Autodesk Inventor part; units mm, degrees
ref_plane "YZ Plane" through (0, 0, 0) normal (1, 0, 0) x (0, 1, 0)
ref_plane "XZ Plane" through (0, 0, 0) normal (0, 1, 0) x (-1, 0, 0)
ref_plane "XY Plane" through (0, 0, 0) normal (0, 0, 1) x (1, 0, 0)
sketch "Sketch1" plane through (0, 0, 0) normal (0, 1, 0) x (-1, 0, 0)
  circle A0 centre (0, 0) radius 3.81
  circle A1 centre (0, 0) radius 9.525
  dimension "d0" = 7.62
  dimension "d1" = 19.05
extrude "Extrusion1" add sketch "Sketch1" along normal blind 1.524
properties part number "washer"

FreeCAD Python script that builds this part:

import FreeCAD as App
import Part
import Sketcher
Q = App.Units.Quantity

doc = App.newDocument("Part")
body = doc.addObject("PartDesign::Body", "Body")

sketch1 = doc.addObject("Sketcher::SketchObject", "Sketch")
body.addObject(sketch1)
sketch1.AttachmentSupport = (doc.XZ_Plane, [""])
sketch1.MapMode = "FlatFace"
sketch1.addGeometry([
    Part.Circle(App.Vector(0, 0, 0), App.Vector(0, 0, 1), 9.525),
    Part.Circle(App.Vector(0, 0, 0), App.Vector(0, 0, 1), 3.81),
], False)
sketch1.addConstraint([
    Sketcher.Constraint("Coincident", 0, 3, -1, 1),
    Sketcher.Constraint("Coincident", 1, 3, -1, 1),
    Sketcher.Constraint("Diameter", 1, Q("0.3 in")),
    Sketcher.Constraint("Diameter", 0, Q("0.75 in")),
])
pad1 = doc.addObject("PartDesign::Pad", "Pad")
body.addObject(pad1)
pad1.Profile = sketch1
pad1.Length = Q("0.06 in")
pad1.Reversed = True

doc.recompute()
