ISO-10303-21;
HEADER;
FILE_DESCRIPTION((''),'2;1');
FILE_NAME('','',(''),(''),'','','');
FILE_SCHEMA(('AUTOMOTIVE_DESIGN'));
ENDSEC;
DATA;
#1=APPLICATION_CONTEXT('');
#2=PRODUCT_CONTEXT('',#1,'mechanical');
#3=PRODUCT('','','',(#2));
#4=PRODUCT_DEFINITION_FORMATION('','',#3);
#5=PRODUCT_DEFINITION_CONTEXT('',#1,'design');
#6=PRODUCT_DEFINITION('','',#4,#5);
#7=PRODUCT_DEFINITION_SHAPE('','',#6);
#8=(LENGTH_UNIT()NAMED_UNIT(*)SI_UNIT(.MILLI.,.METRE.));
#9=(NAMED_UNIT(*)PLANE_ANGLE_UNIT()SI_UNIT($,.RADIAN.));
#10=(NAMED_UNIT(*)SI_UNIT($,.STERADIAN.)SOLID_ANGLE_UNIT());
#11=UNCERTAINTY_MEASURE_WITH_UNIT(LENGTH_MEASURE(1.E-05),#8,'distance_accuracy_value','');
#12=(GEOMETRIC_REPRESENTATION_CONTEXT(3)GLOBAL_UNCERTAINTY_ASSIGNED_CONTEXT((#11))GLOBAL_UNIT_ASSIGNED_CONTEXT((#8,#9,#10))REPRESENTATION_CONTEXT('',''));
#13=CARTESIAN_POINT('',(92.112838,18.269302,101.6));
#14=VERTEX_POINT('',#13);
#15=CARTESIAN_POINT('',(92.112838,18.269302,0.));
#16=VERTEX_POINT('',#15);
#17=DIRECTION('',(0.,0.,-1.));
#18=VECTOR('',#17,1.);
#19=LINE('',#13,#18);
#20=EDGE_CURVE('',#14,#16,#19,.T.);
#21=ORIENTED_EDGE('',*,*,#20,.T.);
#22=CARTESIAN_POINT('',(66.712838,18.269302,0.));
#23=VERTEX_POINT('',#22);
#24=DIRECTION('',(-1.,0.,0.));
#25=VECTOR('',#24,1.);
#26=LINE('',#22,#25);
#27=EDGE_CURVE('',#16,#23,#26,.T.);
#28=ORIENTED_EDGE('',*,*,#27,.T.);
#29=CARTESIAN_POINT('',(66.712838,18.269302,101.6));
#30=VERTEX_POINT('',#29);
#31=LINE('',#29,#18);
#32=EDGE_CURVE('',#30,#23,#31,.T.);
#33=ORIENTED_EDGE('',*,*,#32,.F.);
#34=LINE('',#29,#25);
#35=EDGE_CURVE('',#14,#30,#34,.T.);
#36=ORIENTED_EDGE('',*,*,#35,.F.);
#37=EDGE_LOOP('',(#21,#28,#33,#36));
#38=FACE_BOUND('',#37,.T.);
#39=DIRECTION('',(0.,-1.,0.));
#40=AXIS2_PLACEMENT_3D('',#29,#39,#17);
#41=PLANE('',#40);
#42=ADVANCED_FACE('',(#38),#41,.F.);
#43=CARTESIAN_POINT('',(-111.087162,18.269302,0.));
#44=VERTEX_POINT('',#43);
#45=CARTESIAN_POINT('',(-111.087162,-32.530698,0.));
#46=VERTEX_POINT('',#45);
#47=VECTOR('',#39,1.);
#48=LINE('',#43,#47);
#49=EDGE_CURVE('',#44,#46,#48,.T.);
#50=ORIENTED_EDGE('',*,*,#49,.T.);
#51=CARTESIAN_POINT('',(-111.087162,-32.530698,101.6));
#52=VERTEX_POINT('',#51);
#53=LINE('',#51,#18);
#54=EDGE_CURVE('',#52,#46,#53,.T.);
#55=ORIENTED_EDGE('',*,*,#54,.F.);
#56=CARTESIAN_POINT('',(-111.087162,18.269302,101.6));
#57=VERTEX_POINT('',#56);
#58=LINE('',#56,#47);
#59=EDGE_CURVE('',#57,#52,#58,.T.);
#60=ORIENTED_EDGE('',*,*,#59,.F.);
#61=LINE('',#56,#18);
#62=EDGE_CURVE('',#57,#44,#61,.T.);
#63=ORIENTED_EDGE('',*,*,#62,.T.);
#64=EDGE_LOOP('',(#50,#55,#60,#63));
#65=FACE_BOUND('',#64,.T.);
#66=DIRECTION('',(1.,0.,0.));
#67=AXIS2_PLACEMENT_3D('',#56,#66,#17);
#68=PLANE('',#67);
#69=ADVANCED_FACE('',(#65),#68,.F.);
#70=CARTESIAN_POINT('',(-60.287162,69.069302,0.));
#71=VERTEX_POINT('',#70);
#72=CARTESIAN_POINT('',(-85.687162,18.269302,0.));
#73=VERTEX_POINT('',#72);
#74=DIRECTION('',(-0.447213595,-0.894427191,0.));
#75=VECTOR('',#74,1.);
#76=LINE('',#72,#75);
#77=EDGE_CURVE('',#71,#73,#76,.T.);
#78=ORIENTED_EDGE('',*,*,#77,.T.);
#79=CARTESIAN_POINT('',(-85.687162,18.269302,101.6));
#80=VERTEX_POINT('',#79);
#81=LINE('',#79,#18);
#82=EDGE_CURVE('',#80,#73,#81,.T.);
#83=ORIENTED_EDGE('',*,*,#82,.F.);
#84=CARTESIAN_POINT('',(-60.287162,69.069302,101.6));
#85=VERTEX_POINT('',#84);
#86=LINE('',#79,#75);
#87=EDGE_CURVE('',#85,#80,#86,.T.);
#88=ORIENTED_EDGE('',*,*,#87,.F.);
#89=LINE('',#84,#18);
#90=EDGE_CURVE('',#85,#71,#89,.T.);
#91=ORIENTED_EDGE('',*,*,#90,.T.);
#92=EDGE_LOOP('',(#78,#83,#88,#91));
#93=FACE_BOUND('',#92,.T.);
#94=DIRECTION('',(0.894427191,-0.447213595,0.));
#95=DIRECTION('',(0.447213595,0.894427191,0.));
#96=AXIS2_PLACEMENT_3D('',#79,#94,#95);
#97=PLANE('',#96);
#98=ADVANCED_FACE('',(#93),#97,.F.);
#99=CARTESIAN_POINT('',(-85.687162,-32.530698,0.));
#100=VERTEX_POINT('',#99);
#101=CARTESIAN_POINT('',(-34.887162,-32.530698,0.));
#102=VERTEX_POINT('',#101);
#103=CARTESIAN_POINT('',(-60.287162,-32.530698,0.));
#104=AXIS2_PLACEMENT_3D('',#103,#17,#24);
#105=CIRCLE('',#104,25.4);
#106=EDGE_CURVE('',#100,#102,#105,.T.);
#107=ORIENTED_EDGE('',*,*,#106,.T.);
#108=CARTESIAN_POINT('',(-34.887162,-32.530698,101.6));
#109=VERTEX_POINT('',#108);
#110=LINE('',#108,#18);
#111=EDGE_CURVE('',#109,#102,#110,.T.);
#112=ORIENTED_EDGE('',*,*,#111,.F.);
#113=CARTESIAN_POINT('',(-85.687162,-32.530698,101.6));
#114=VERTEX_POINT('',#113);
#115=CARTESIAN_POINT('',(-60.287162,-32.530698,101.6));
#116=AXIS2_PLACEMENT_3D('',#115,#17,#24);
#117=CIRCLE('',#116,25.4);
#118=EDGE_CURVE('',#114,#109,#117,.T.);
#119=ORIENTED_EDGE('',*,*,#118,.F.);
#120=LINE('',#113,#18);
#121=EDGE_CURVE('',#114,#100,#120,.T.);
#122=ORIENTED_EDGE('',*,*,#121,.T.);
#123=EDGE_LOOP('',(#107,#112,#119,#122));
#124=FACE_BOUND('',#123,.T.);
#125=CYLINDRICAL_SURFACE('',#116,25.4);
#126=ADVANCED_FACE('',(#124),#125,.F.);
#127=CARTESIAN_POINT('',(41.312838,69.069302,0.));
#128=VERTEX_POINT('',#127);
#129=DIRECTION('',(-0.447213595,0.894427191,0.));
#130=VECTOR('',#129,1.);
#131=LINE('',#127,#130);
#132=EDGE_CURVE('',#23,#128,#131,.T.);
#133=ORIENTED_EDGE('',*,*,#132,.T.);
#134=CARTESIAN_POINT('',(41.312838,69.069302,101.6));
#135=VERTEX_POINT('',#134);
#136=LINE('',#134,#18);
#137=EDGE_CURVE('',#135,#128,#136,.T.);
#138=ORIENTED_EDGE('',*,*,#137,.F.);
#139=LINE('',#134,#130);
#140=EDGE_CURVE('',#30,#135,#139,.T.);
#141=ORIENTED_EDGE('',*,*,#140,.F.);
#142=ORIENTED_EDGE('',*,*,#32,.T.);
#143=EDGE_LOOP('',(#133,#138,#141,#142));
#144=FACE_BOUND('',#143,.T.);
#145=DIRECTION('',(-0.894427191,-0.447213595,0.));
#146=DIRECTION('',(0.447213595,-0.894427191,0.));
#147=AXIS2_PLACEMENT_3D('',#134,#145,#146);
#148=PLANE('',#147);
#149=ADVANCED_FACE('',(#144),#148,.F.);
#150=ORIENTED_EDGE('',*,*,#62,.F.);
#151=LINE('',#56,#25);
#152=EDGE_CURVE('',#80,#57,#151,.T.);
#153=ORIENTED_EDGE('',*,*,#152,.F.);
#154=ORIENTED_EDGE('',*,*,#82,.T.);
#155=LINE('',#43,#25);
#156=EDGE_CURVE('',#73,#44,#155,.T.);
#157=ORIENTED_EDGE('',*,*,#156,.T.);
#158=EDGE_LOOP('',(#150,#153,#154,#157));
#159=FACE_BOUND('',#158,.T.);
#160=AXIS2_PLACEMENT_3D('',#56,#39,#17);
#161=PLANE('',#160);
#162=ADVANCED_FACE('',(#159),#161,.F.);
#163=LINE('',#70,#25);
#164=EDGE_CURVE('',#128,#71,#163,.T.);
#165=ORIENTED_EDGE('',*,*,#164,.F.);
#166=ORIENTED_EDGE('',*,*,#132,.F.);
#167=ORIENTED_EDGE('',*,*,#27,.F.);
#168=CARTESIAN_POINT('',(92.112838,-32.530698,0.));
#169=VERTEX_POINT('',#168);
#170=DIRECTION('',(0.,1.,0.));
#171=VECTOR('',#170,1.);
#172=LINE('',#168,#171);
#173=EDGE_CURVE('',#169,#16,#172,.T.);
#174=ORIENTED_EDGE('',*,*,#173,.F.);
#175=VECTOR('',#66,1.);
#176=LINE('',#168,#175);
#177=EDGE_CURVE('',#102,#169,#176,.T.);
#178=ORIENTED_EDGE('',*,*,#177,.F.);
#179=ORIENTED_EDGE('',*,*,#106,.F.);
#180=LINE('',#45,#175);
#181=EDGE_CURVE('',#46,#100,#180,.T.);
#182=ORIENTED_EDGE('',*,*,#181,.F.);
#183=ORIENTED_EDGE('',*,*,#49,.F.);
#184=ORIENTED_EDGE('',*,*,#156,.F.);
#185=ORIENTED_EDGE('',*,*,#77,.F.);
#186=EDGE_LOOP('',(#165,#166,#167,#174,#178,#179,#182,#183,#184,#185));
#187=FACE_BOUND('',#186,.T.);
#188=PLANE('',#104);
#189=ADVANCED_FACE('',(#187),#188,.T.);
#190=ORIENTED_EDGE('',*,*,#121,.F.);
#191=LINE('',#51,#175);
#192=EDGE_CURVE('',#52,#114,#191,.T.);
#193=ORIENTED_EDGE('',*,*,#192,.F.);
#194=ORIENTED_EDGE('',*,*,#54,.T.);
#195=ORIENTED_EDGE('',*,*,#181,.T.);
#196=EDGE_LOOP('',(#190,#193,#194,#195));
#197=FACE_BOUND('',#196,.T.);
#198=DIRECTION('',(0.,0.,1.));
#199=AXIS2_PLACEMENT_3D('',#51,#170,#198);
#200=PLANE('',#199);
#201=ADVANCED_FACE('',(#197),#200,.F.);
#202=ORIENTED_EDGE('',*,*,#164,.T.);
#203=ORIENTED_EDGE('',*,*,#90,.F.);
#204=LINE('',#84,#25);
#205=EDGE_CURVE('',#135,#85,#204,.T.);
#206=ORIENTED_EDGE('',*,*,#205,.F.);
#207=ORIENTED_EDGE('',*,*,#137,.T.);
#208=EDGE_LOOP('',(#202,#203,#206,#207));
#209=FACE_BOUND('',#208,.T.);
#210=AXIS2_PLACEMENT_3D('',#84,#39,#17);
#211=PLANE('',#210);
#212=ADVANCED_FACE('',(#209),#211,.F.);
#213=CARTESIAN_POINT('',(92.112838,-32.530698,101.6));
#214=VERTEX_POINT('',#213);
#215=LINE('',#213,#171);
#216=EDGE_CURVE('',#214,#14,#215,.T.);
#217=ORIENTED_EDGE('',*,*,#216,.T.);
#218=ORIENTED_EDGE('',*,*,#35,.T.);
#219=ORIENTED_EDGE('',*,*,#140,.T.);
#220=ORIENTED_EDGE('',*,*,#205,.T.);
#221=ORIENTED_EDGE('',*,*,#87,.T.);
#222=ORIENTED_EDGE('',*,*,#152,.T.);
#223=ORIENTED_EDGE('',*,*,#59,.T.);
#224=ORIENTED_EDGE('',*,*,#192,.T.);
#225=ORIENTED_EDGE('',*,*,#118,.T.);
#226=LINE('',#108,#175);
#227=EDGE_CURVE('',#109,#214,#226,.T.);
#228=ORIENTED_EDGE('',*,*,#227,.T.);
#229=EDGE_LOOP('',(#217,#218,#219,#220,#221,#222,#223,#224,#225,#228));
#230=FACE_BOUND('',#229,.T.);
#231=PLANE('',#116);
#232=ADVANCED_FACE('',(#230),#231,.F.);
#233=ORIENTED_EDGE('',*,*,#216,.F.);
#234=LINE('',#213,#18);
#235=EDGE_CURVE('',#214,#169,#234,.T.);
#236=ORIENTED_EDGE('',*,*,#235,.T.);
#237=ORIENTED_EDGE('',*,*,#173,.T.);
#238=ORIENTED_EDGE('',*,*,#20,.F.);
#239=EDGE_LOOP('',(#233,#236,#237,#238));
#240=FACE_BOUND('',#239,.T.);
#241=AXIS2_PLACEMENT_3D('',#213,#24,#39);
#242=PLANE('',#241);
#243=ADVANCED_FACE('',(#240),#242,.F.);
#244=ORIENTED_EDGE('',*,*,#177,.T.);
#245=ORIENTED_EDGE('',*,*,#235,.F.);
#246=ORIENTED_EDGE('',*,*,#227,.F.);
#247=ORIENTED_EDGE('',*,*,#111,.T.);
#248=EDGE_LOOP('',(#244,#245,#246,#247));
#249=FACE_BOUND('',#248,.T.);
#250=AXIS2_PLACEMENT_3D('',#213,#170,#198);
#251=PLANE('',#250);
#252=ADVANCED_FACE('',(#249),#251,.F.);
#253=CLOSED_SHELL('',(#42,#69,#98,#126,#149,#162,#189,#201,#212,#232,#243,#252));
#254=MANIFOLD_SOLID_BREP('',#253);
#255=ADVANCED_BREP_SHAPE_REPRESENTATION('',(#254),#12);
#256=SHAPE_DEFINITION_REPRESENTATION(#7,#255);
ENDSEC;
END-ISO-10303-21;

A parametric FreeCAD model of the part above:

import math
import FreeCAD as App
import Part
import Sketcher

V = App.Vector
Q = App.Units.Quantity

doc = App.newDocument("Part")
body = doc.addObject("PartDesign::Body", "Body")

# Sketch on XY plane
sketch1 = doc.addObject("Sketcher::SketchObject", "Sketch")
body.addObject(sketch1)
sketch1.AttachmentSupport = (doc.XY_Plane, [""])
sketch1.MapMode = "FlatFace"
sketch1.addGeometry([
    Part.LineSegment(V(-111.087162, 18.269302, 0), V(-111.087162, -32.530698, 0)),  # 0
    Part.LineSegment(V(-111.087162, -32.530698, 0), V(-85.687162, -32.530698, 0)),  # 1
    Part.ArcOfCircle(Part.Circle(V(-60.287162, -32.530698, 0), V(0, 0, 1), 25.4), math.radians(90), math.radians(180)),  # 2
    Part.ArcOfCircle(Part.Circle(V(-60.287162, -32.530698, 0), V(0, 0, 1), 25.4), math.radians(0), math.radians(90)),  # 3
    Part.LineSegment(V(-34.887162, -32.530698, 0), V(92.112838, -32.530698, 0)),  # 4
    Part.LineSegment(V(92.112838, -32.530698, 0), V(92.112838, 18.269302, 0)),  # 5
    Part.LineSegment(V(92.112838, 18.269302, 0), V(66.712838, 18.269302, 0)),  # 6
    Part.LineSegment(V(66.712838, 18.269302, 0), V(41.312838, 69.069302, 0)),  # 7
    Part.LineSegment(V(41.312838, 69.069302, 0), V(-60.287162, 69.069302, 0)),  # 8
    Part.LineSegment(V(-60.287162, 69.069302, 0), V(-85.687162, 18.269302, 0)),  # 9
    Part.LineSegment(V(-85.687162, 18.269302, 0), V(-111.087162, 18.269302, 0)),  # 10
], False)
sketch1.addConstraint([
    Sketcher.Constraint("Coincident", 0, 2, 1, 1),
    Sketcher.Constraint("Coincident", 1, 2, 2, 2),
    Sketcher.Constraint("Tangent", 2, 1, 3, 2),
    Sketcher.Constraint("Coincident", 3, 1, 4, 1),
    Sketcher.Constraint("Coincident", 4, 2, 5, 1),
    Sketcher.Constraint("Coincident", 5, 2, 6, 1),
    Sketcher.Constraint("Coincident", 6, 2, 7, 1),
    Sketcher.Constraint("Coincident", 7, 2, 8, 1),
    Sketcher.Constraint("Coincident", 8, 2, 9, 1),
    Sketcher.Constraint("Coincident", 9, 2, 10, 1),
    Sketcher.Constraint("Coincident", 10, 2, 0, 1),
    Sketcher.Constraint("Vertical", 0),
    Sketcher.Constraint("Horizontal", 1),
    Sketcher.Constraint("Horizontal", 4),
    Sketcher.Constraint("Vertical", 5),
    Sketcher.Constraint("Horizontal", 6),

* WHAT YOU HAVE TO DO
Above this instruction are the records; retype exactly the lines from the one containing "#175=VECTOR('',#66,1.);" up to and including the one containing "#202=ORIENTED_EDGE('',*,*,#164,.T.);".

* FINAL ANSWER
#175=VECTOR('',#66,1.);
#176=LINE('',#168,#175);
#177=EDGE_CURVE('',#102,#169,#176,.T.);
#178=ORIENTED_EDGE('',*,*,#177,.F.);
#179=ORIENTED_EDGE('',*,*,#106,.F.);
#180=LINE('',#45,#175);
#181=EDGE_CURVE('',#46,#100,#180,.T.);
#182=ORIENTED_EDGE('',*,*,#181,.F.);
#183=ORIENTED_EDGE('',*,*,#49,.F.);
#184=ORIENTED_EDGE('',*,*,#156,.F.);
#185=ORIENTED_EDGE('',*,*,#77,.F.);
#186=EDGE_LOOP('',(#165,#166,#167,#174,#178,#179,#182,#183,#184,#185));
#187=FACE_BOUND('',#186,.T.);
#188=PLANE('',#104);
#189=ADVANCED_FACE('',(#187),#188,.T.);
#190=ORIENTED_EDGE('',*,*,#121,.F.);
#191=LINE('',#51,#175);
#192=EDGE_CURVE('',#52,#114,#191,.T.);
#193=ORIENTED_EDGE('',*,*,#192,.F.);
#194=ORIENTED_EDGE('',*,*,#54,.T.);
#195=ORIENTED_EDGE('',*,*,#181,.T.);
#196=EDGE_LOOP('',(#190,#193,#194,#195));
#197=FACE_BOUND('',#196,.T.);
#198=DIRECTION('',(0.,0.,1.));
#199=AXIS2_PLACEMENT_3D('',#51,#170,#198);
#200=PLANE('',#199);
#201=ADVANCED_FACE('',(#197),#200,.F.);
#202=ORIENTED_EDGE('',*,*,#164,.T.);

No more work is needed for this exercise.